Dukung Pelestarian Qasidah, Pemkab Bandung Siap Gelar Festival Nasional
KABUPATEN BANDUNG – Pemerintah Kabupaten (Pemkab) Bandung menyatakan kesiapannya menjadi tuan rumah Festival Seni Qasidah Tingkat Nasional. Langkah ini menjadi wujud komitmen daerah dalam melestarikan sekaligus mengembangkan seni qasidah sebagai bagian dari khazanah budaya dan syiar Islam.

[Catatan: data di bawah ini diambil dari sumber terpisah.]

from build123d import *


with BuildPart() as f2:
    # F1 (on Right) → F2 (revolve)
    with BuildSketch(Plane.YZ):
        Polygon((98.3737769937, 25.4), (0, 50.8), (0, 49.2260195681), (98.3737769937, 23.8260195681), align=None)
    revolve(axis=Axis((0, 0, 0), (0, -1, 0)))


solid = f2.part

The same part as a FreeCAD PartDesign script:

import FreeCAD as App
import Part
import Sketcher
Q = App.Units.Quantity

doc = App.newDocument("Part")
body = doc.addObject("PartDesign::Body", "Body")

sketch1 = doc.addObject("Sketcher::SketchObject", "Sketch")
body.addObject(sketch1)
sketch1.AttachmentSupport = (doc.YZ_Plane, [""])
sketch1.MapMode = "FlatFace"
sketch1.addGeometry(Part.LineSegment(App.Vector(98.4, 25.4, 0), App.Vector(0, 50.8, 0)), False)
sketch1.addGeometry(Part.LineSegment(App.Vector(0, 50.8, 0), App.Vector(0, 49.2, 0)), False)
sketch1.addGeometry(Part.LineSegment(App.Vector(0, 49.2, 0), App.Vector(98.4, 23.8, 0)), False)
sketch1.addGeometry(Part.LineSegment(App.Vector(98.4, 23.8, 0), App.Vector(98.4, 25.4, 0)), False)
sketch1.addConstraint(Sketcher.Constraint("Coincident", 0, 2, 1, 1))
sketch1.addConstraint(Sketcher.Constraint("Coincident", 1, 2, 2, 1))
sketch1.addConstraint(Sketcher.Constraint("Coincident", 2, 2, 3, 1))
sketch1.addConstraint(Sketcher.Constraint("Coincident", 3, 2, 0, 1))
sketch1.addConstraint(Sketcher.Constraint("Vertical", 1))
sketch1.addConstraint(Sketcher.Constraint("Vertical", 3))
sketch1.addConstraint(Sketcher.Constraint("PointOnObject", 0, 2, -2))
sketch1.addConstraint(Sketcher.Constraint("Parallel", 0, 2))
sketch1.addConstraint(Sketcher.Constraint("Distance", 0, Q("4 in")))
sketch1.addConstraint(Sketcher.Constraint("DistanceY", -1, 1, 0, 2, Q("2 in")))
sketch1.addConstraint(Sketcher.Constraint("DistanceY", -1, 1, 3, 2, Q("1 in")))
sketch1.addConstraint(Sketcher.Constraint("DistanceY", 1, 2, 1, 1, Q("1.57398 mm")))
revolution = doc.addObject("PartDesign::Revolution", "Revolution")
body.addObject(revolution)
revolution.Profile = sketch1
revolution.ReferenceAxis = (sketch1, ["H_Axis"])
revolution.Angle = 360

doc.recompute()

Komitmen tersebut disampaikan oleh Bupati Bandung, Dadang Supriatna, saat menghadiri pembukaan Rapat Kerja Nasional (Rakernas) dan Pendidikan serta Pelatihan Nasional (Diklatnas) Dewan Pimpinan Pusat Lembaga Seni Qasidah Indonesia Nusantara Jaya (DPP LASQI NJ) di Gedung Moh. Toha, Soreang, Kamis (30/7/2026) malam.
Bupati yang akrab disapa Kang DS ini berharap pelaksanaan Rakernas dan Diklatnas yang berlangsung hingga 2 Agustus 2026 tersebut menghasilkan keputusan strategis. Hal ini penting untuk memperkuat eksistensi seni qasidah agar mampu beradaptasi dengan perkembangan zaman tanpa kehilangan nilai-nilai aslinya.
“Seni qasidah merupakan warisan budaya yang tumbuh secara turun-temurun. Di Kabupaten Bandung, hampir setiap pesantren memiliki grup qasidah. Ini potensi besar yang harus terus kita jaga dan kembangkan,” ujar Kang DS.
Menurutnya, qasidah bukan sekadar media hiburan, melainkan juga sarana dakwah yang efektif menyampaikan nilai-nilai keislaman. Karena itu, diperlukan sinergi semua pihak agar seni qasidah makin diminati generasi muda, lebih kreatif, dan berdaya saing. Sebagai bentuk dukungan nyata, Kang DS menyatakan kesiapan Kabupaten Bandung menjadi tuan rumah ajang tingkat nasional tersebut.
Menanggapi hal itu, Ketua Umum DPP LASQI NJ, K.H. Jazilul Fawaid, mengapresiasi perhatian besar Pemkab Bandung. Ia mengungkapkan bahwa salah satu alasan dipilihnya Kabupaten Bandung sebagai lokasi Rakernas dan Diklatnas adalah tingginya kepedulian kepala daerahnya terhadap seni qasidah.
“Bupati Bandung sangat peduli terhadap perkembangan seni qasidah. Tidak semua kepala daerah memiliki perhatian seperti ini,” puji Jazilul. Ia menambahkan bahwa usulan Kabupaten Bandung sebagai tuan rumah festival nasional akan dibahas lebih lanjut di tingkat forum pusat.
Pada kesempatan yang sama, Wakil Ketua DPR RI sekaligus Bendahara Umum DPP LASQI NJ, Cucun Ahmad Syamsurijal, secara resmi membuka acara dan menegaskan pentingnya menjaga keberlangsungan qasidah di tengah pesatnya perkembangan budaya populer.
Rakernas dan Diklatnas ini diharapkan menjadi momentum emas untuk memperkuat konsolidasi organisasi sekaligus merumuskan langkah strategis pengembangan seni qasidah secara nasional.
Turut hadir dalam acara tersebut Ketua DPRD Kabupaten Bandung Renie Rahayu Fauzi, Anggota Komisi IX DPR RI Asep Romy Romaya, Kepala Dinas Kebudayaan Kabupaten Bandung, jajaran pengurus DPP LASQI NJ, Ketua LASQI NJ Jawa Barat, serta peserta dari berbagai daerah di Indonesia.